You want to build or buy your own home and you need financing to do this, because you have no money or little equity, what to do? There are different forms of funding, the best-known term is probably the mortgage loan.
But there are different forms and there is the annuity loan, a variable loan, the cap loan, Constant loan and the building society loan. There is also the KfW loan.

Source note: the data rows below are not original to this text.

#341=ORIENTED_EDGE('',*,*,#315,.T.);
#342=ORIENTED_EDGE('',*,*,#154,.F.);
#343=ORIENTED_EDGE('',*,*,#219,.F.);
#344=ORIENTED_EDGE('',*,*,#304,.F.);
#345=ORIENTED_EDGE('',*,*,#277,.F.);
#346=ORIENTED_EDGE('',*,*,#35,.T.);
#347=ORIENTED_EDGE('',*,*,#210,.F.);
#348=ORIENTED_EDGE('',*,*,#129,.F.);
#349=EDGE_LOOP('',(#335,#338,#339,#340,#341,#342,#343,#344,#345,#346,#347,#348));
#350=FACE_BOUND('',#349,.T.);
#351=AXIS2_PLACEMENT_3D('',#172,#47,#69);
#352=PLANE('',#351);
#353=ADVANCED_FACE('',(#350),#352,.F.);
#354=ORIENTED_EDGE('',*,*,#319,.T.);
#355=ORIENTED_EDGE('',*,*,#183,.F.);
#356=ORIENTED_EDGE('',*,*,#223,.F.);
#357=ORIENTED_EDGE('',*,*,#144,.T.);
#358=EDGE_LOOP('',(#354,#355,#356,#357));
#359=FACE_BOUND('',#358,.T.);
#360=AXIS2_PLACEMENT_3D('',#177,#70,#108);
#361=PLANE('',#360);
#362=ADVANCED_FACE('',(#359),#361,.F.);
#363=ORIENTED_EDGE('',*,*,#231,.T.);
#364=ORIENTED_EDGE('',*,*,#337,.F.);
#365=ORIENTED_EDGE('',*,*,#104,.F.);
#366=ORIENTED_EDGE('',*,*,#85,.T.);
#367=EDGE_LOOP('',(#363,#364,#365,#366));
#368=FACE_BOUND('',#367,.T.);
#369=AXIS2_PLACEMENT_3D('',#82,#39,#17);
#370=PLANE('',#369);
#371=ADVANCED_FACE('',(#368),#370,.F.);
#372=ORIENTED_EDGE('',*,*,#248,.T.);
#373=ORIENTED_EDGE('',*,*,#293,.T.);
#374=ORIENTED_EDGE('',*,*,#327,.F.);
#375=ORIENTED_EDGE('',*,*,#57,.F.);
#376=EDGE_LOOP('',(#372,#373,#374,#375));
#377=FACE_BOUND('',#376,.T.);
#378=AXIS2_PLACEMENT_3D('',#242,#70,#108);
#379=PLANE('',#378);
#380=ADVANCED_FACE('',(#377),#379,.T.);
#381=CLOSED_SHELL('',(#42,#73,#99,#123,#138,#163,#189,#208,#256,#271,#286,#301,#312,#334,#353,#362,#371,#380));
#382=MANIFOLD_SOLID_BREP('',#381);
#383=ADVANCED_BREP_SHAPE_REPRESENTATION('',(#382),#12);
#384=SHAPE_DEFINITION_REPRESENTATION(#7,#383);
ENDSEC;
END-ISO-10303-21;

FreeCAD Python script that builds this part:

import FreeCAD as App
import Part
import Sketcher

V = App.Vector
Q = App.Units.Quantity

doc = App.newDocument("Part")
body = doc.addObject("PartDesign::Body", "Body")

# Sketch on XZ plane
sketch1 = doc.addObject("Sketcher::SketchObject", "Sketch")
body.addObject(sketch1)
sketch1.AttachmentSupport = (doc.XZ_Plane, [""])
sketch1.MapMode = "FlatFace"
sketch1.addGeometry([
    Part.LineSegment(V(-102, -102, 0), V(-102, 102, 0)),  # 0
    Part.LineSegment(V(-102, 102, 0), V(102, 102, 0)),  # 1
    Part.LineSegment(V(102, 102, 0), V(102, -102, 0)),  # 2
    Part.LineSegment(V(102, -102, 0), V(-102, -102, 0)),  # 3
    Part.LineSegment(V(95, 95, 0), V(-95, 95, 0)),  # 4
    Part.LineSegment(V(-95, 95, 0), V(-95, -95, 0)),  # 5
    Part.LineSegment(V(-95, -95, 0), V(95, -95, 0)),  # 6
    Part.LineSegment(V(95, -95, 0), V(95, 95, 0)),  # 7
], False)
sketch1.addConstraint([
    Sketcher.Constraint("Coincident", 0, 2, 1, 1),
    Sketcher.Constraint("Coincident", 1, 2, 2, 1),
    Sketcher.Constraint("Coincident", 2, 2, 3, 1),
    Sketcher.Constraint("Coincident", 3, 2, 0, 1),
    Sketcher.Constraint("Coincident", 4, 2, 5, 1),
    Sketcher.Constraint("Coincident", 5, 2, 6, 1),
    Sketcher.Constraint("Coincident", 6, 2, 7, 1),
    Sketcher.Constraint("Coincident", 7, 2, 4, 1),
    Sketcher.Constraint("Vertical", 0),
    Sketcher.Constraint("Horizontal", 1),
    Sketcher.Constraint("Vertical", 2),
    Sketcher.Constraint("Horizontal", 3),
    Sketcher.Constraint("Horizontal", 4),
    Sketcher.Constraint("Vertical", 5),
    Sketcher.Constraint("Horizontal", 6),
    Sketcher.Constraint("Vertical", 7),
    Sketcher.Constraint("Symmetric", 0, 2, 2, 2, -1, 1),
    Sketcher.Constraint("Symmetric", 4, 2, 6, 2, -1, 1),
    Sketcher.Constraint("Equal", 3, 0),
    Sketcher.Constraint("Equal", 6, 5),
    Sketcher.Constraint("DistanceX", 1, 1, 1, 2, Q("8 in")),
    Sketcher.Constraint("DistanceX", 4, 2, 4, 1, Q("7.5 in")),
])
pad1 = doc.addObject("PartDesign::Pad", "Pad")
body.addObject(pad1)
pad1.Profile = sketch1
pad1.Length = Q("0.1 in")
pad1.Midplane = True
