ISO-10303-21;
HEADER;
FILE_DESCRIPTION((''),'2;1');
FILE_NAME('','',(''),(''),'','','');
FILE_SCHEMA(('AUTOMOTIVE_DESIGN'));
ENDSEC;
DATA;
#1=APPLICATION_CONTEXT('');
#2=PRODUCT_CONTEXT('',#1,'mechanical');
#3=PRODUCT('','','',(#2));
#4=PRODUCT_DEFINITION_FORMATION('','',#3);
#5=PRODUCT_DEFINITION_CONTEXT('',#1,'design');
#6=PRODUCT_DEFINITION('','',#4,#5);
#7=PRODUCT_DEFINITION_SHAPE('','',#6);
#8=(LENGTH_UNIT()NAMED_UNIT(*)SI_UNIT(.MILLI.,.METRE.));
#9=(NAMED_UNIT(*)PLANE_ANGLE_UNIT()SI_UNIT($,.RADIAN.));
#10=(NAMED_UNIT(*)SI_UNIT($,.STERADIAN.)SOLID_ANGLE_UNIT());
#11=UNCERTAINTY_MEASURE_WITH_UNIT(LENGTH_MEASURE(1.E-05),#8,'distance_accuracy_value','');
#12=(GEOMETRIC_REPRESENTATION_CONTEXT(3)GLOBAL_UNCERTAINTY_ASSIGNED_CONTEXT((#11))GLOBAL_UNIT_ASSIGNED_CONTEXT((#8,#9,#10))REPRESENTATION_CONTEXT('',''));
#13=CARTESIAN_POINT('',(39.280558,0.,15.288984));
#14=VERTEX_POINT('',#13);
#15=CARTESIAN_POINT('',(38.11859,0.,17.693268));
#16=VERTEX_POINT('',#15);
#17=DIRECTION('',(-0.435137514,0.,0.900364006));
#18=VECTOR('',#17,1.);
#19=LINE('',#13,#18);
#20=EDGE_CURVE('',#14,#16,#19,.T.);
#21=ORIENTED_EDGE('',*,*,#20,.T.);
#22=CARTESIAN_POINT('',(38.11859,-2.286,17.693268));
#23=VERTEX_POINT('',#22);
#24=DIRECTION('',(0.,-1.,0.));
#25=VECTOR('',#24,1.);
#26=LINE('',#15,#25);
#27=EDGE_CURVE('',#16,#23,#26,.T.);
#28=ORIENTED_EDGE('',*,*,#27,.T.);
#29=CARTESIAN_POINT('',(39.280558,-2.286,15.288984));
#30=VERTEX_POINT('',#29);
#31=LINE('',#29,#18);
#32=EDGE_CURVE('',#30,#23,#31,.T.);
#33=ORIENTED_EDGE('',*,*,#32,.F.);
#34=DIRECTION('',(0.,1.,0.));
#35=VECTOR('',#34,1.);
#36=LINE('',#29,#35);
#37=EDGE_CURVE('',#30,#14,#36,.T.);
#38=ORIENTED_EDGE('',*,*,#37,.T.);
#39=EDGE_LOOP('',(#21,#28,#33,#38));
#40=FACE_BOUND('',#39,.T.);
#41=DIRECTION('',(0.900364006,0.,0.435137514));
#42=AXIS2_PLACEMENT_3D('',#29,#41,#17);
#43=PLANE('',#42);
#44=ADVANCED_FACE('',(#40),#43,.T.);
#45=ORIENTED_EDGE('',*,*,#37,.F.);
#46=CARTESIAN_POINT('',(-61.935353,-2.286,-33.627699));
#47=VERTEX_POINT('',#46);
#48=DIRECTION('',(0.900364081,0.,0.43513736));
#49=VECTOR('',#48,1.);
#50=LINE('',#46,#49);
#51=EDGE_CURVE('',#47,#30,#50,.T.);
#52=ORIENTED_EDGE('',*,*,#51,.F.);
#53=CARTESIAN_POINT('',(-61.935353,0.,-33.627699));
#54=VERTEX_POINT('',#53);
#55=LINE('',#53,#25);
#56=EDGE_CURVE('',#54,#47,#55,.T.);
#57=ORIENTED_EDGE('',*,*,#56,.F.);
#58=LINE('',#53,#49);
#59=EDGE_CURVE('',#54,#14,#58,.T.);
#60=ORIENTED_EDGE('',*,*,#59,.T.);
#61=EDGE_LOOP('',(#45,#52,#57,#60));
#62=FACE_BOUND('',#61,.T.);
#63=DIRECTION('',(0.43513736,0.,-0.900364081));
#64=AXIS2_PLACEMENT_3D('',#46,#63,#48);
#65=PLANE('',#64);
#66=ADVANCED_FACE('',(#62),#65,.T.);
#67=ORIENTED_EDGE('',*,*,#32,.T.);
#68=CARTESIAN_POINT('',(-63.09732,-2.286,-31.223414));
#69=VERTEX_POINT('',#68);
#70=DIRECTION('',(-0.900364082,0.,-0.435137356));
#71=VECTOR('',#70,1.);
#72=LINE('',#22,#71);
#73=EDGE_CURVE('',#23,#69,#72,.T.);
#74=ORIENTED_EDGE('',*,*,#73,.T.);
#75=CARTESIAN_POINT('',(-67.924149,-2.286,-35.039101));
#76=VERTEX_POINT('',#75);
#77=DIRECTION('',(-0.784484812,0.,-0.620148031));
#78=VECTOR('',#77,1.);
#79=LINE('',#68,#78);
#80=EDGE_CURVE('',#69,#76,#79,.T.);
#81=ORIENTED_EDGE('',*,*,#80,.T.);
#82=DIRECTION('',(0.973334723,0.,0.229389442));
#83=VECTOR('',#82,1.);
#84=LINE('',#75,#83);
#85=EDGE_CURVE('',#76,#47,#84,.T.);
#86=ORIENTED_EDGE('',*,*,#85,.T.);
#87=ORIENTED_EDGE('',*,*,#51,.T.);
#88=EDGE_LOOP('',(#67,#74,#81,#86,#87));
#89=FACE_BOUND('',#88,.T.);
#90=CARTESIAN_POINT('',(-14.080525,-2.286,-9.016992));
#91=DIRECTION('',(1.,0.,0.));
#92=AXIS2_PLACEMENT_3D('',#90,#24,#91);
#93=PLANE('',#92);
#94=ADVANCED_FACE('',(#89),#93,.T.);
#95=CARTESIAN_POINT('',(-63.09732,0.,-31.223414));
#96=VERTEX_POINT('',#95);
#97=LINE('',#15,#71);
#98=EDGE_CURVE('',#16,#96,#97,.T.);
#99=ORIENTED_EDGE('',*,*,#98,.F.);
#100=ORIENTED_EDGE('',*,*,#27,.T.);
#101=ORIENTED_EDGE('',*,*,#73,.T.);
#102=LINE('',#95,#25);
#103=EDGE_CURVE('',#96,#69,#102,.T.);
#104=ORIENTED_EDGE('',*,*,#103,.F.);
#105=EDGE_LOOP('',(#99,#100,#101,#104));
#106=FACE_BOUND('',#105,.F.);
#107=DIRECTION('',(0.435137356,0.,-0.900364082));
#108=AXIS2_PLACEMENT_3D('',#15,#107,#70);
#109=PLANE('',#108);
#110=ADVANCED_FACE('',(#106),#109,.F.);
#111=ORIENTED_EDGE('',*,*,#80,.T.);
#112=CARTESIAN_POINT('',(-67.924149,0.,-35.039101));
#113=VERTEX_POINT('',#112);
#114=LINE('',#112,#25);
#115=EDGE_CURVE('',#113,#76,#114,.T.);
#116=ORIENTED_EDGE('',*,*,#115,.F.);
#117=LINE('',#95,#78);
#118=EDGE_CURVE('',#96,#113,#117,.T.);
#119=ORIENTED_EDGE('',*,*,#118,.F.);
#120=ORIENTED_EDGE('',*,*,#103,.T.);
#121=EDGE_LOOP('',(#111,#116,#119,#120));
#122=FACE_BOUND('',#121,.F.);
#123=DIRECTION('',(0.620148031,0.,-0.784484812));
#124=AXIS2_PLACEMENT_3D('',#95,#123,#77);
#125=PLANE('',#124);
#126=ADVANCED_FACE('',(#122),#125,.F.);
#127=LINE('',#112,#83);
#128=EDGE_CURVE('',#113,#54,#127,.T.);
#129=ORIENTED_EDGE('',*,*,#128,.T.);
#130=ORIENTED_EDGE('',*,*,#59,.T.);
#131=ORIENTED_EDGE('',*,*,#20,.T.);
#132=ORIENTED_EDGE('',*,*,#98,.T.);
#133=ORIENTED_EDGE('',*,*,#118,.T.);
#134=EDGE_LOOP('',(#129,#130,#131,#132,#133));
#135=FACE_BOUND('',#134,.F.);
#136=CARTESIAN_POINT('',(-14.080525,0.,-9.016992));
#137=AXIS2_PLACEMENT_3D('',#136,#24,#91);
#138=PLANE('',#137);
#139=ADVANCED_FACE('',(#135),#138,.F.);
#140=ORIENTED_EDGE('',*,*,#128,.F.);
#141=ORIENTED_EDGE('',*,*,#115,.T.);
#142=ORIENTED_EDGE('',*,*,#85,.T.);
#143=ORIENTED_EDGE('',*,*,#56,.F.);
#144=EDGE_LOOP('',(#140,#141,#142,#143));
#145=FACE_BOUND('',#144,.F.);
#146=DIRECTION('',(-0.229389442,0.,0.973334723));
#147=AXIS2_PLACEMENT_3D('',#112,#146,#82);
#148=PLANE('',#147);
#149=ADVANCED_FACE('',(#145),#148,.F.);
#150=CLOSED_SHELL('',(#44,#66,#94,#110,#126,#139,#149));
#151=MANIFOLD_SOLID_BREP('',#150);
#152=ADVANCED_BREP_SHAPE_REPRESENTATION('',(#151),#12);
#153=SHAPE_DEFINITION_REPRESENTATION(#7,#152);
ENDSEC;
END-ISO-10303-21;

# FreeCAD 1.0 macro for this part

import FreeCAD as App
import Part
import Sketcher
Q = App.Units.Quantity


def add_polygon(sketch, points):
    """Adds a closed chain of lines whose ends are joined by coincident constraints."""
    first, n = sketch.GeometryCount, len(points)
    for a, b in zip(points, points[1:] + points[:1]):
        sketch.addGeometry(Part.LineSegment(App.Vector(*a, 0), App.Vector(*b, 0)), False)
    for i in range(n):
        sketch.addConstraint(Sketcher.Constraint("Coincident", first + i, 2, first + (i + 1) % n, 1))

doc = App.newDocument("Part")
body = doc.addObject("PartDesign::Body", "Body")

# Sketch on XZ plane
sketch1 = body.newObject("Sketcher::SketchObject", "Sketch")
sketch1.AttachmentSupport = (doc.getObject("XZ_Plane"), [""])
sketch1.MapMode = "FlatFace"
add_polygon(sketch1, [(39.3, 15.3), (38.1, 17.7), (-63.1, -31.2), (-67.9, -35), (-61.9, -33.6)])  # lines 0-4
sketch1.addConstraint(Sketcher.Constraint("Perpendicular", 0, 1))
sketch1.addConstraint(Sketcher.Constraint("Parallel", 1, 4))
sketch1.addConstraint(Sketcher.Constraint("Equal", 2, 3))
sketch1.addConstraint(Sketcher.Constraint("Equal", 1, 4))
sketch1.addConstraint(Sketcher.Constraint("DistanceY", 2, 2, -1, 1, Q("35.039101 mm")))
sketch1.addConstraint(Sketcher.Constraint("DistanceY", 3, 2, -1, 1, Q("33.627699 mm")))
sketch1.addConstraint(Sketcher.Constraint("DistanceX", -1, 1, 0, 2, Q("38.11859 mm")))
sketch1.addConstraint(Sketcher.Constraint("DistanceY", -1, 1, 0, 2, Q("17.693268 mm")))
sketch1.addConstraint(Sketcher.Constraint("DistanceX", 1, 2, -1, 1, Q("63.09732 mm")))
sketch1.addConstraint(Sketcher.Constraint("DistanceX", 2, 2, -1, 1, Q("67.924149 mm")))
pad1 = body.newObject("PartDesign::Pad", "Pad")
pad1.Profile = sketch1
pad1.Length = Q("0.09 in")

# Sketch on XZ plane
sketch2 = body.newObject("Sketcher::SketchObject", "Sketch001")
sketch2.AttachmentSupport = (doc.getObject("XZ_Plane"), [""])
sketch2.MapMode = "FlatFace"
sketch2.AttachmentOffset = App.Placement(App.Vector(0, 0, 0.09 * 25.4), App.Rotation())
add_polygon(sketch2, [(-61.9, -33.6), (39.3, 15.3), (38.1, 17.7), (-63.1, -31.2), (-67.9, -35)])  # lines 0-4
sketch2.addConstraint(Sketcher.Constraint("Perpendicular", 0, 1))
sketch2.addConstraint(Sketcher.Constraint("Perpendicular", 1, 2))
sketch2.addConstraint(Sketcher.Constraint("Equal", 0, 2))
sketch2.addConstraint(Sketcher.Constraint("Equal", 3, 4))
sketch2.addConstraint(Sketcher.Constraint("DistanceY", 3, 2, -1, 1, Q("35.039101 mm")))
sketch2.addConstraint(Sketcher.Constraint("DistanceY", 4, 2, -1, 1, Q("33.627699 mm")))
sketch2.addConstraint(Sketcher.Constraint("DistanceX", -1, 1, 1, 2, Q("38.11859 mm")))
sketch2.addConstraint(Sketcher.Constraint("DistanceY", -1, 1, 1, 2, Q("17.693268 mm")))
sketch2.addConstraint(Sketcher.Constraint("DistanceX", 2, 2, -1, 1, Q("63.09732 mm")))
sketch2.addConstraint(Sketcher.Constraint("DistanceX", 3, 2, -1, 1, Q("67.924149 mm")))
pad2 = body.newObject("PartDesign::Pad", "Pad001")
pad2.Profile = sketch2
pad2.Length = Q("0.09 in")
pad2.Reversed = True

doc.recompute()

The KfW loan is a loan from the Reconstruction Loan Corporation. The advantage of this loan is the low interest rate and the long fixed interest rate. The KfW loan is usually applied for through the house bank or the financing institute.
What is annuity loan?
In the case of an annuity loan, the borrower pays back constant installments to the bank over the entire term. In the first of the loan, the interest and repayment portion are precisely determined and the loan is continuously reduced. The interest is paid at the beginning of the loan and the actual loan is not paid until the end of the loan. Benefit for the borrower is a constant burden.
What is Variable Loan?
With a variable loan, the interest is adjusted to the current interest rate every three months. The basis for this is a reference interest rate. This is the interest rate at which banks lend money to one another. The advantage here is, that when interest rates fall, the loan becomes cheaper and the disadvantage is of course the opposite. The loan becomes more expensive when interest rates rise. A variable loan can also be converted into an annuity loan on maturity dates.
The combination of the two loans is called a cap loan. The two advantages of the respective loan are summarized here. Here an upper interest rate limit is set and the interest rate is measured against the reference interest rate.
What is a constant loan?
In the case of a constant loan, the money is paid out in anticipation of an expected home savings balance. The lender goes in advance and the loan is through a combined savings- and repay the interest. During the term, part of the monthly installment is paid into a previously concluded building society loan agreement. After the allocation, the pre-financed money is repaid through the building society loan agreement and the remaining amount is granted as a building society loan.
What is a home savings loan?
When taking out a home loan, the terms for repayment and the interest rate are set. 40% of the home loan amount is usually saved within seven years and the entire home loan amount is paid out after the contract has been allocated.
The terms for repayment and the loan interest rate were already set when the contract was signed.